Merge "NetdEventListener: add rolling log of connect and dns stats"
am: 64ef2a4d28

Change-Id: I7f25f4ed42f0aecea7a1bb09b8c65a5d2e4a84cd
diff --git a/core/java/android/net/metrics/ConnectStats.java b/core/java/android/net/metrics/ConnectStats.java
index 30b2656..2495cab 100644
--- a/core/java/android/net/metrics/ConnectStats.java
+++ b/core/java/android/net/metrics/ConnectStats.java
@@ -20,6 +20,7 @@
 import android.system.OsConstants;
 import android.util.IntArray;
 import android.util.SparseIntArray;
+
 import com.android.internal.util.BitUtils;
 import com.android.internal.util.TokenBucket;
 
@@ -43,6 +44,8 @@
     public final TokenBucket mLatencyTb;
     /** Maximum number of latency values recorded. */
     public final int mMaxLatencyRecords;
+    /** Total count of events */
+    public int eventCount = 0;
     /** Total count of successful connects. */
     public int connectCount = 0;
     /** Total count of successful connects done in blocking mode. */
@@ -57,12 +60,15 @@
         mMaxLatencyRecords = maxLatencyRecords;
     }
 
-    public void addEvent(int errno, int latencyMs, String ipAddr) {
+    boolean addEvent(int errno, int latencyMs, String ipAddr) {
+        eventCount++;
         if (isSuccess(errno)) {
             countConnect(errno, ipAddr);
             countLatency(errno, latencyMs);
+            return true;
         } else {
             countError(errno);
+            return false;
         }
     }
 
@@ -101,7 +107,7 @@
         return (errno == 0) || isNonBlocking(errno);
     }
 
-    private static boolean isNonBlocking(int errno) {
+    static boolean isNonBlocking(int errno) {
         // On non-blocking TCP sockets, connect() immediately returns EINPROGRESS.
         // On non-blocking TCP sockets that are connecting, connect() immediately returns EALREADY.

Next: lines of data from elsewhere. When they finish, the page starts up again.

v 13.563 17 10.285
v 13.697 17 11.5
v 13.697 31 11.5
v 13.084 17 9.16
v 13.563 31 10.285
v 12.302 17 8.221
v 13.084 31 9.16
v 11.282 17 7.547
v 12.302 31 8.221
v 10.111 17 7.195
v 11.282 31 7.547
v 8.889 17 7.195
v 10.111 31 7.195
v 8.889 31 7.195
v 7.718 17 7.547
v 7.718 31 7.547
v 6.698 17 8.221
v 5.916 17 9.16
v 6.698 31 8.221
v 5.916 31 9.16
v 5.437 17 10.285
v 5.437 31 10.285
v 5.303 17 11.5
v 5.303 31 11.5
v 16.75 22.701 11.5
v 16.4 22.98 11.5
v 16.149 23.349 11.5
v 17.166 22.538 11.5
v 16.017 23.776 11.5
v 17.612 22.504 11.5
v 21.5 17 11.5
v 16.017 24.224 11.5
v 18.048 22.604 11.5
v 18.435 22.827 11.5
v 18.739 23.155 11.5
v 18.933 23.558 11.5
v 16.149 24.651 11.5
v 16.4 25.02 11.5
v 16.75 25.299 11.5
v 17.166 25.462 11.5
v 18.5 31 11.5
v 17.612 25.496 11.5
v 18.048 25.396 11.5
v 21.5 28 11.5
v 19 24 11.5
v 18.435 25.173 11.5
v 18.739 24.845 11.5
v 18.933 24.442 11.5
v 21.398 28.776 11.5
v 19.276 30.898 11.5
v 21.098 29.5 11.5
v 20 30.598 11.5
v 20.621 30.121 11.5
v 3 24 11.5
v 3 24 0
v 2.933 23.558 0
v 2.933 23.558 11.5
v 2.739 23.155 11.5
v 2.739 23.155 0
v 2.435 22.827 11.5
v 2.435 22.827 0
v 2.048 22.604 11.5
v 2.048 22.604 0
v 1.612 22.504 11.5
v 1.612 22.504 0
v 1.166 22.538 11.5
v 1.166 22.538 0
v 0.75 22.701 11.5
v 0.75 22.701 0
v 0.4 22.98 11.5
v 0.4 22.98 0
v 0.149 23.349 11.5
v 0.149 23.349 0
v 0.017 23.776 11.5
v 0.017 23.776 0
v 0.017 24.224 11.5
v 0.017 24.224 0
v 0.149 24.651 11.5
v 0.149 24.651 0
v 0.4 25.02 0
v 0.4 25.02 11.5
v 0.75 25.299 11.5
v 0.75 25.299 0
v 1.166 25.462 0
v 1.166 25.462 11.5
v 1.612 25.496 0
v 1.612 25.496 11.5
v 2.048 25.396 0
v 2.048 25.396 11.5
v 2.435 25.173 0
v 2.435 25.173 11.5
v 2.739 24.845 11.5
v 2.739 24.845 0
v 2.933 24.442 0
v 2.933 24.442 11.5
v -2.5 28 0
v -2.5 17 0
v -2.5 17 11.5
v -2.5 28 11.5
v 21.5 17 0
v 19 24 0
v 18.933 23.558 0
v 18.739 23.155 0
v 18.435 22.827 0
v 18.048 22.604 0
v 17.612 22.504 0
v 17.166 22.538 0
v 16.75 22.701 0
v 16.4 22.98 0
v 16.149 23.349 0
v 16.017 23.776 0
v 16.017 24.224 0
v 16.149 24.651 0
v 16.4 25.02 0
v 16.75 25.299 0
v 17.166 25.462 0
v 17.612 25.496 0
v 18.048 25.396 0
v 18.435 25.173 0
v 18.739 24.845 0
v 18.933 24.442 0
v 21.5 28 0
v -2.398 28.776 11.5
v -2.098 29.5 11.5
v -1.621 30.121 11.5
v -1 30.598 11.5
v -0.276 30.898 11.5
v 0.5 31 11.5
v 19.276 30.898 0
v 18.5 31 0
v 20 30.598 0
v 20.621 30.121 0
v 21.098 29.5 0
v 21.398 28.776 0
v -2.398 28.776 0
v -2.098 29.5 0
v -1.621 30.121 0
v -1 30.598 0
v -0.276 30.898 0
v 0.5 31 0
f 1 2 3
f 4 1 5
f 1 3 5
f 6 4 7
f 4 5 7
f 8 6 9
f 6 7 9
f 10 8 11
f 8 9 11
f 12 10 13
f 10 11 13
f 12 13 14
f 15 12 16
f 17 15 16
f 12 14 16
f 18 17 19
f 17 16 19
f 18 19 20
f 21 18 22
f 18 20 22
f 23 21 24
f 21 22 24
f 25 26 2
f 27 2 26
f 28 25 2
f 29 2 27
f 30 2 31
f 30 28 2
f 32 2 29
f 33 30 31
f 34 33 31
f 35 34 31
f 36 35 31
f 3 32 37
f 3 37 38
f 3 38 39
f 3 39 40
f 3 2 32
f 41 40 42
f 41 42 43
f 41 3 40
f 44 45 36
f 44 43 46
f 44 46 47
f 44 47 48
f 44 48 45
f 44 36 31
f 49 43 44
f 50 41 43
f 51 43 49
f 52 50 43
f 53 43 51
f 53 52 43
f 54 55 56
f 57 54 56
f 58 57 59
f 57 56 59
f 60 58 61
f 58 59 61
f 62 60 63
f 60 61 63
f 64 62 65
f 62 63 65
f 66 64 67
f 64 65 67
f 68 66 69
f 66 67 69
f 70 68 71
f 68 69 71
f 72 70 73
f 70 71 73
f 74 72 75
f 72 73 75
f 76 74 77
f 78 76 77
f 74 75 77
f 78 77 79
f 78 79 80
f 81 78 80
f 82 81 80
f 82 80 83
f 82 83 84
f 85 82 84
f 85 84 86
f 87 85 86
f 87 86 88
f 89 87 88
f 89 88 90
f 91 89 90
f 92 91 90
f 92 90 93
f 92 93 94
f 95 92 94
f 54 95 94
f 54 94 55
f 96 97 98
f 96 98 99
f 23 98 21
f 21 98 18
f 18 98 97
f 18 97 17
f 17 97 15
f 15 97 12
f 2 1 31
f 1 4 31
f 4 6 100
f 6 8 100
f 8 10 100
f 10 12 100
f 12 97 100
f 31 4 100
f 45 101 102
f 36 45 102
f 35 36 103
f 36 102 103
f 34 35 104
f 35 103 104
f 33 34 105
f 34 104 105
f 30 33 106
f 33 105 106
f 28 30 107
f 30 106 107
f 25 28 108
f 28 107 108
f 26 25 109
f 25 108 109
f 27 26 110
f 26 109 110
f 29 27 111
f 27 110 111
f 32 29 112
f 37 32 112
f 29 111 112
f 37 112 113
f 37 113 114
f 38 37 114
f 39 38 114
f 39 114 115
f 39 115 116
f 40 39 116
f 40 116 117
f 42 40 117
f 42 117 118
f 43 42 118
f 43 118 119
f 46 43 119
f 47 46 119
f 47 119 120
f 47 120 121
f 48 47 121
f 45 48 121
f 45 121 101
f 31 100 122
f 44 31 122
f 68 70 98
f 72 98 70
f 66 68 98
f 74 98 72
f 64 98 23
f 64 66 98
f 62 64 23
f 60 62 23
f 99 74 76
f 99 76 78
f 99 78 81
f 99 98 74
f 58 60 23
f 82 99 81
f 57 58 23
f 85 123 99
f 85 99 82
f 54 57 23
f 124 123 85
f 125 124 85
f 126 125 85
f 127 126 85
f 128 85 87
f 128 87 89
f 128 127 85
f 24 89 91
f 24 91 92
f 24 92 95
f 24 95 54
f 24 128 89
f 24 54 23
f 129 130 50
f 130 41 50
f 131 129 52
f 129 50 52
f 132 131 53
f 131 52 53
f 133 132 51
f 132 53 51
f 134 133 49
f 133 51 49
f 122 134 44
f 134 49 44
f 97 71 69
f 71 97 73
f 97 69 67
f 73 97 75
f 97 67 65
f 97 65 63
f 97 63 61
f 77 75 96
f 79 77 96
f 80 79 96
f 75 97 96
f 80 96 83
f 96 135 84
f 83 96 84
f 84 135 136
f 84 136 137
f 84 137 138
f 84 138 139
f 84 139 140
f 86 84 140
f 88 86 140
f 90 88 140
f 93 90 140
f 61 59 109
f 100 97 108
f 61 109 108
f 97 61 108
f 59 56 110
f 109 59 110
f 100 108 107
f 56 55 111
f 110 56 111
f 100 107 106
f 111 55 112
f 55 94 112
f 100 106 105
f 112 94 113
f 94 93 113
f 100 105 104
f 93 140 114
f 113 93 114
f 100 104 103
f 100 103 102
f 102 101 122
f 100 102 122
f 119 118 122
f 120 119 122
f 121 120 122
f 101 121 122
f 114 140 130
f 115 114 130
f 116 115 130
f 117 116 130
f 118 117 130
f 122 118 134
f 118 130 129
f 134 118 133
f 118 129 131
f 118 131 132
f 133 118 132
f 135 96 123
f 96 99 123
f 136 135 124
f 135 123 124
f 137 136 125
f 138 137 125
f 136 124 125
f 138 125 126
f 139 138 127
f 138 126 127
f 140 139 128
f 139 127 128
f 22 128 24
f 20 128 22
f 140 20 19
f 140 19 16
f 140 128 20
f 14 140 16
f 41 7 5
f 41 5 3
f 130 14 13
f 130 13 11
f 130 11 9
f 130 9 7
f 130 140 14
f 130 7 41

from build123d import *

# Parameters (mm, degrees)
BOX001_W        = 24
BOX001_H        = 14
BOX001_DEPTH    = 11.5
SKETCH001_R     = 4.2
POCKET001_DEPTH = 14
SKETCH002_R     = 1.5
POCKET002_DEPTH = 11.501
FILLET003_R     = 3


with BuildPart() as part:
    # Box001 → Box001 (new body)
    with BuildSketch(Plane(origin=(-2.5, 17, 0), x_dir=(1, 0, 0), z_dir=(0, 0, 1))):
        with Locations((12, 7)):
            Rectangle(BOX001_W, BOX001_H)
    extrude(amount=BOX001_DEPTH)

    # Sketch001 → Pocket001 (cut)
    with BuildSketch(Plane(origin=(-2.5, 31, 0), x_dir=(-1, 0, 0), z_dir=(0, 1, 0))):
        with Locations((-12, 11.35)):
            Circle(SKETCH001_R)
    extrude(amount=-POCKET001_DEPTH, mode=Mode.SUBTRACT)

    # Sketch002 → Pocket002 (cut, through all)
    with BuildSketch(Plane(origin=(-2.5, 17, 0), x_dir=(1, 0, 0), z_dir=(0, 0, -1))):
        with Locations((4, -7)):
            Circle(SKETCH002_R)
        with Locations((20, -7)):
            Circle(SKETCH002_R)
    extrude(amount=-POCKET002_DEPTH, mode=Mode.SUBTRACT)

    # Fillet003
    fillet003_edges = [part.edges().sort_by_distance(p)[0] for p in [
        (-2.5, 31, 5.75),
        (21.5, 31, 5.75),
    ]]
    fillet(fillet003_edges, radius=FILLET003_R)


solid = part.part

         return (errno == EINPROGRESS) || (errno == EALREADY);
@@ -117,6 +123,7 @@
         for (int t : BitUtils.unpackBits(transports)) {
             builder.append(NetworkCapabilities.transportNameOf(t)).append(", ");
         }
+        builder.append(String.format("%d events, ", eventCount));
         builder.append(String.format("%d success, ", connectCount));
         builder.append(String.format("%d blocking, ", connectBlockingCount));
         builder.append(String.format("%d IPv6 dst", ipv6ConnectCount));
diff --git a/core/java/android/net/metrics/DnsEvent.java b/core/java/android/net/metrics/DnsEvent.java
index a4970e4..81b098b 100644
--- a/core/java/android/net/metrics/DnsEvent.java
+++ b/core/java/android/net/metrics/DnsEvent.java
@@ -17,11 +17,13 @@
 package android.net.metrics;
 
 import android.net.NetworkCapabilities;
-import java.util.Arrays;
+
 import com.android.internal.util.BitUtils;
 
+import java.util.Arrays;
+
 /**
- * A DNS event recorded by NetdEventListenerService.
+ * A batch of DNS events recorded by NetdEventListenerService for a specific network.
  * {@hide}
  */
 final public class DnsEvent {
@@ -38,6 +40,8 @@
     // the eventTypes, returnCodes, and latenciesMs arrays have the same length and the i-th event
     // is spread across the three array at position i.
     public int eventCount;
+    // The number of successful DNS queries recorded.
+    public int successCount;
     // The types of DNS queries as defined in INetdEventListener.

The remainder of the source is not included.